Song Jifei, Yang Yongxin, Song Yi-Zhe, Xiang Tao, Hospedales Timothy M. (2019) Generalizable Person Re-identification by Domain-Invariant Mapping Network, Proceedings of the 2019 IEEE/CVF Conference on Computer Vision and Pattern Recognition (CVPR 2019) pp. 719-728 Institute of Electrical and Electronics Engineers (IEEE)

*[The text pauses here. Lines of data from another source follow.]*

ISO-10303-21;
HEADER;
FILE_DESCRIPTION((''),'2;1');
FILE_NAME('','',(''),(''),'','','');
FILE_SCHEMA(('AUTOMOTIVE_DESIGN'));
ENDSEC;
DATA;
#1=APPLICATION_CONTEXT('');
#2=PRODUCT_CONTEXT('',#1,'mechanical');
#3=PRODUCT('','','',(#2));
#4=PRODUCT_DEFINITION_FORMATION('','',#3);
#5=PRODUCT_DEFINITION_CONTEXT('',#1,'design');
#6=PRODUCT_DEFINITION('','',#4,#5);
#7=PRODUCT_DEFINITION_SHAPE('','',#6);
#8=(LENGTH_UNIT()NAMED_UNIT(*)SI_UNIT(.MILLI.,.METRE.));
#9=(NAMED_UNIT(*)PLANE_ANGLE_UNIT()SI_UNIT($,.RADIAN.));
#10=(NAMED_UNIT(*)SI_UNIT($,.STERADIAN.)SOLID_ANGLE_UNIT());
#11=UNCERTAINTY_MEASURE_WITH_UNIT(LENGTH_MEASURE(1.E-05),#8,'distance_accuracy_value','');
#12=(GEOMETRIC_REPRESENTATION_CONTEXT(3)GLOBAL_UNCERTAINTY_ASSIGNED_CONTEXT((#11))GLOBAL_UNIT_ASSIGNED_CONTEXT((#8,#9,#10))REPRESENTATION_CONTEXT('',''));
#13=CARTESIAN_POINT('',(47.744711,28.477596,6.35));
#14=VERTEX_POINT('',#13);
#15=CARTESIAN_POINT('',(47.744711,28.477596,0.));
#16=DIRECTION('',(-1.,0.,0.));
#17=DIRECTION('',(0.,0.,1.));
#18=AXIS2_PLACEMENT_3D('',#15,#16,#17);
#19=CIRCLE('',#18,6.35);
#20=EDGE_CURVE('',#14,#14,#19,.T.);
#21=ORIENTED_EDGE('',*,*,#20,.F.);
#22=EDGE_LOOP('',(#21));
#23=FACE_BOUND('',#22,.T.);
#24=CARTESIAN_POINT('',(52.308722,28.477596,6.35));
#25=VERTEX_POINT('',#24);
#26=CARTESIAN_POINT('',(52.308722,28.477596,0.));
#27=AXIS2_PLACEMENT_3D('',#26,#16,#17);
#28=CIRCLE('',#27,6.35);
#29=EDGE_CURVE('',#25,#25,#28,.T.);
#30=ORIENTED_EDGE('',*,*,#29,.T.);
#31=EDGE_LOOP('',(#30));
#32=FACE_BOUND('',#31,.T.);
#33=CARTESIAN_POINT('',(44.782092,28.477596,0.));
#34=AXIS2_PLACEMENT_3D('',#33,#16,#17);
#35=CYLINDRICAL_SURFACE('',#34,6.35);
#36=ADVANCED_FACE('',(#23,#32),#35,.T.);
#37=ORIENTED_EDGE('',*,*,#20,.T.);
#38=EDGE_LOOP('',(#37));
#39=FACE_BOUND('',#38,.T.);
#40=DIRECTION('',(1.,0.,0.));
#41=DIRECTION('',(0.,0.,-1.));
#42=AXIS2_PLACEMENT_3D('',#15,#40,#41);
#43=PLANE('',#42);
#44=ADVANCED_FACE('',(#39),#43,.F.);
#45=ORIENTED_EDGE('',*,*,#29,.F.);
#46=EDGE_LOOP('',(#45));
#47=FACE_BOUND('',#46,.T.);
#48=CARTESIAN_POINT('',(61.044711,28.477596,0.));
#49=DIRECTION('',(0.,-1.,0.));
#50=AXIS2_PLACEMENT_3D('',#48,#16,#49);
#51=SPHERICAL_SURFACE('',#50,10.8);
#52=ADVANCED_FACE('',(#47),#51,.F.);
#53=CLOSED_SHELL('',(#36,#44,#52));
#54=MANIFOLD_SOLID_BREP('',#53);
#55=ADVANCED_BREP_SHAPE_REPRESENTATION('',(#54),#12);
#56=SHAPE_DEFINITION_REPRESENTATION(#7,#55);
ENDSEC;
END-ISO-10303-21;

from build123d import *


with BuildPart() as part:
    # 草图1 → 旋转1 (revolve)
    with BuildSketch(Plane.XY, mode=Mode.PRIVATE) as revolve_1_sk:
        with BuildLine():
            Line((47.744711016, 28.477595635), (47.744711016, 34.827595635))
            Line((47.744711016, 34.827595635), (52.308722234, 34.827595635))
            ThreePointArc((52.308722234, 34.827595635), (50.77366728, 31.816107365), (50.244711016, 28.477595635))
            Line((50.244711016, 28.477595635), (47.744711016, 28.477595635))
        make_face()
    revolve(revolve_1_sk.sketch.rotate(Axis((44.782091903, 28.477595635, 0), (1, 0, 0)), 180), axis=Axis((44.782091903, 28.477595635, 0), (1, 0, 0)))  # turned: the seam where the file's is


solid = part.part
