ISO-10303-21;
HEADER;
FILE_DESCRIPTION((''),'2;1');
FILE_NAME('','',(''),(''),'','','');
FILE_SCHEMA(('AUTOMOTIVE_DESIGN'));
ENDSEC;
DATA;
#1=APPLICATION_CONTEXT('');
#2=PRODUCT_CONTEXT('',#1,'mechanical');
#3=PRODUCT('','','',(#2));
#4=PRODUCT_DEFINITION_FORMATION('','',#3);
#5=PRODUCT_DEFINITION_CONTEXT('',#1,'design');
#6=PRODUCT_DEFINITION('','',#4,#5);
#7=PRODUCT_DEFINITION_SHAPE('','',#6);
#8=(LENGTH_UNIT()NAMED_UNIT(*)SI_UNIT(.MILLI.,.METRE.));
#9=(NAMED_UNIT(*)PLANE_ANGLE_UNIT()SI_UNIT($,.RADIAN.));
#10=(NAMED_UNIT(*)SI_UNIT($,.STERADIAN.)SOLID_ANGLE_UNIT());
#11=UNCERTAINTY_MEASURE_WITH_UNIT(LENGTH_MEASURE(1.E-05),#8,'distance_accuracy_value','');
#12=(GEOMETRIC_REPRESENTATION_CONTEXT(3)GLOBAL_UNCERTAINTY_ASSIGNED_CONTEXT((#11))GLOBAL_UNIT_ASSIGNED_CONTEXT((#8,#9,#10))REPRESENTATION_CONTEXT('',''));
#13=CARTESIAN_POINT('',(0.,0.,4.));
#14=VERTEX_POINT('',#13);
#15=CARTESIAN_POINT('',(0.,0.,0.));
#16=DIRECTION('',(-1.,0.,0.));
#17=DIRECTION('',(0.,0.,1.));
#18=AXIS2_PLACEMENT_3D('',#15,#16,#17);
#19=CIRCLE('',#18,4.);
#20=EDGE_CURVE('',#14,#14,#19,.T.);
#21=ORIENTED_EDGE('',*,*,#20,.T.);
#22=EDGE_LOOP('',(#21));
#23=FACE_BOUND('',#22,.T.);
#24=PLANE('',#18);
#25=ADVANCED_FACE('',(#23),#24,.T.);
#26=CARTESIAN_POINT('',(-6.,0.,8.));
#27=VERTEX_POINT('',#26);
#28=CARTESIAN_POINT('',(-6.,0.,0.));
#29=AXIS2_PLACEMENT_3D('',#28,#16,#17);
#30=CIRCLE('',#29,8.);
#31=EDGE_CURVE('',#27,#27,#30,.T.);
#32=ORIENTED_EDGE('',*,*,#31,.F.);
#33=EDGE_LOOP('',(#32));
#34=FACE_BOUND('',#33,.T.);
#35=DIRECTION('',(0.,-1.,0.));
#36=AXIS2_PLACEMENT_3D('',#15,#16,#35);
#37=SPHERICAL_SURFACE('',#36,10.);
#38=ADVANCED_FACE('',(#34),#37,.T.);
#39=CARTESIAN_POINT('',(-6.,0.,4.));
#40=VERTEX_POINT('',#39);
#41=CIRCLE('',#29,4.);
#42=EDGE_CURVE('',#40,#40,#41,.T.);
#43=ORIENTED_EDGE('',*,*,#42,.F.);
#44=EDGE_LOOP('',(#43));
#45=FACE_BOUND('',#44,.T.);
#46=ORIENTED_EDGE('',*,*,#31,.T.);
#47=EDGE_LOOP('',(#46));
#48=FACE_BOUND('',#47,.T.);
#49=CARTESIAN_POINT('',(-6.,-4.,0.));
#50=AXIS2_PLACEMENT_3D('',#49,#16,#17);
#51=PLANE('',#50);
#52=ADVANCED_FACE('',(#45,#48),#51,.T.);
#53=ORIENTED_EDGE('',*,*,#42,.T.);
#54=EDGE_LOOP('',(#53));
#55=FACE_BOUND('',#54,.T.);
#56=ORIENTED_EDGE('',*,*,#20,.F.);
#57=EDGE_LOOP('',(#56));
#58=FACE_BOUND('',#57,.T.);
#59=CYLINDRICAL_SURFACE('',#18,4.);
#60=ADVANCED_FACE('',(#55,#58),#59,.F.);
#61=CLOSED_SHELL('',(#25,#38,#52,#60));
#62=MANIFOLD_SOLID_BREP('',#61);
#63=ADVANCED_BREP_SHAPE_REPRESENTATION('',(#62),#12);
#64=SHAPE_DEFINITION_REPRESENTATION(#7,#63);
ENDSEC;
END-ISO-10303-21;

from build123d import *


with BuildPart() as part:
    # Эскиз5 → Повернуть2 (revolve)
    with BuildSketch(Plane.XY):
        with BuildLine():
            Line((0, 0), (10, 0))
            ThreePointArc((10, 0), (4.472135955, -8.94427191), (-6, -8))
            Line((-6, -8), (-6, -4))
            Line((-6, -4), (0, -4))
            Line((0, -4), (0, 0))
        make_face()
    revolve(axis=Axis((0, 0, 0), (1, 0, 0)))


solid = part.part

We aim to learn a domain generalizable person reidentification (ReID) model. When such a model is trained on a set of source domains (ReID datasets collected from different camera networks), it can be directly applied to any new unseen dataset for effective ReID without any model updating. Despite its practical value in real-world deployments, generalizable ReID has seldom been studied. In this work, a novel deep ReID model termed Domain-Invariant Mapping Network(DIMN) is proposed. DIMN is designed to learn a mapping between a person image and its identity classifier, i.e., it produces a classifier using a single shot. To make the model domain-invariant, we follow a meta-learning pipeline and sample a subset of source domain training tasks during each training episode. However, the model is significantly different from conventional meta-learning methods in that: (1) no model updating is required for the target domain, (2) different training tasks share a memory bank for maintaining both scalability and discrimination ability, and (3) it can be used to match an arbitrary number of identities in a target domain. Extensive experiments on a newly proposed large-scale ReID domain generalization benchmark show that our DIMN significantly outperforms alternative domain generalization or meta-learning methods.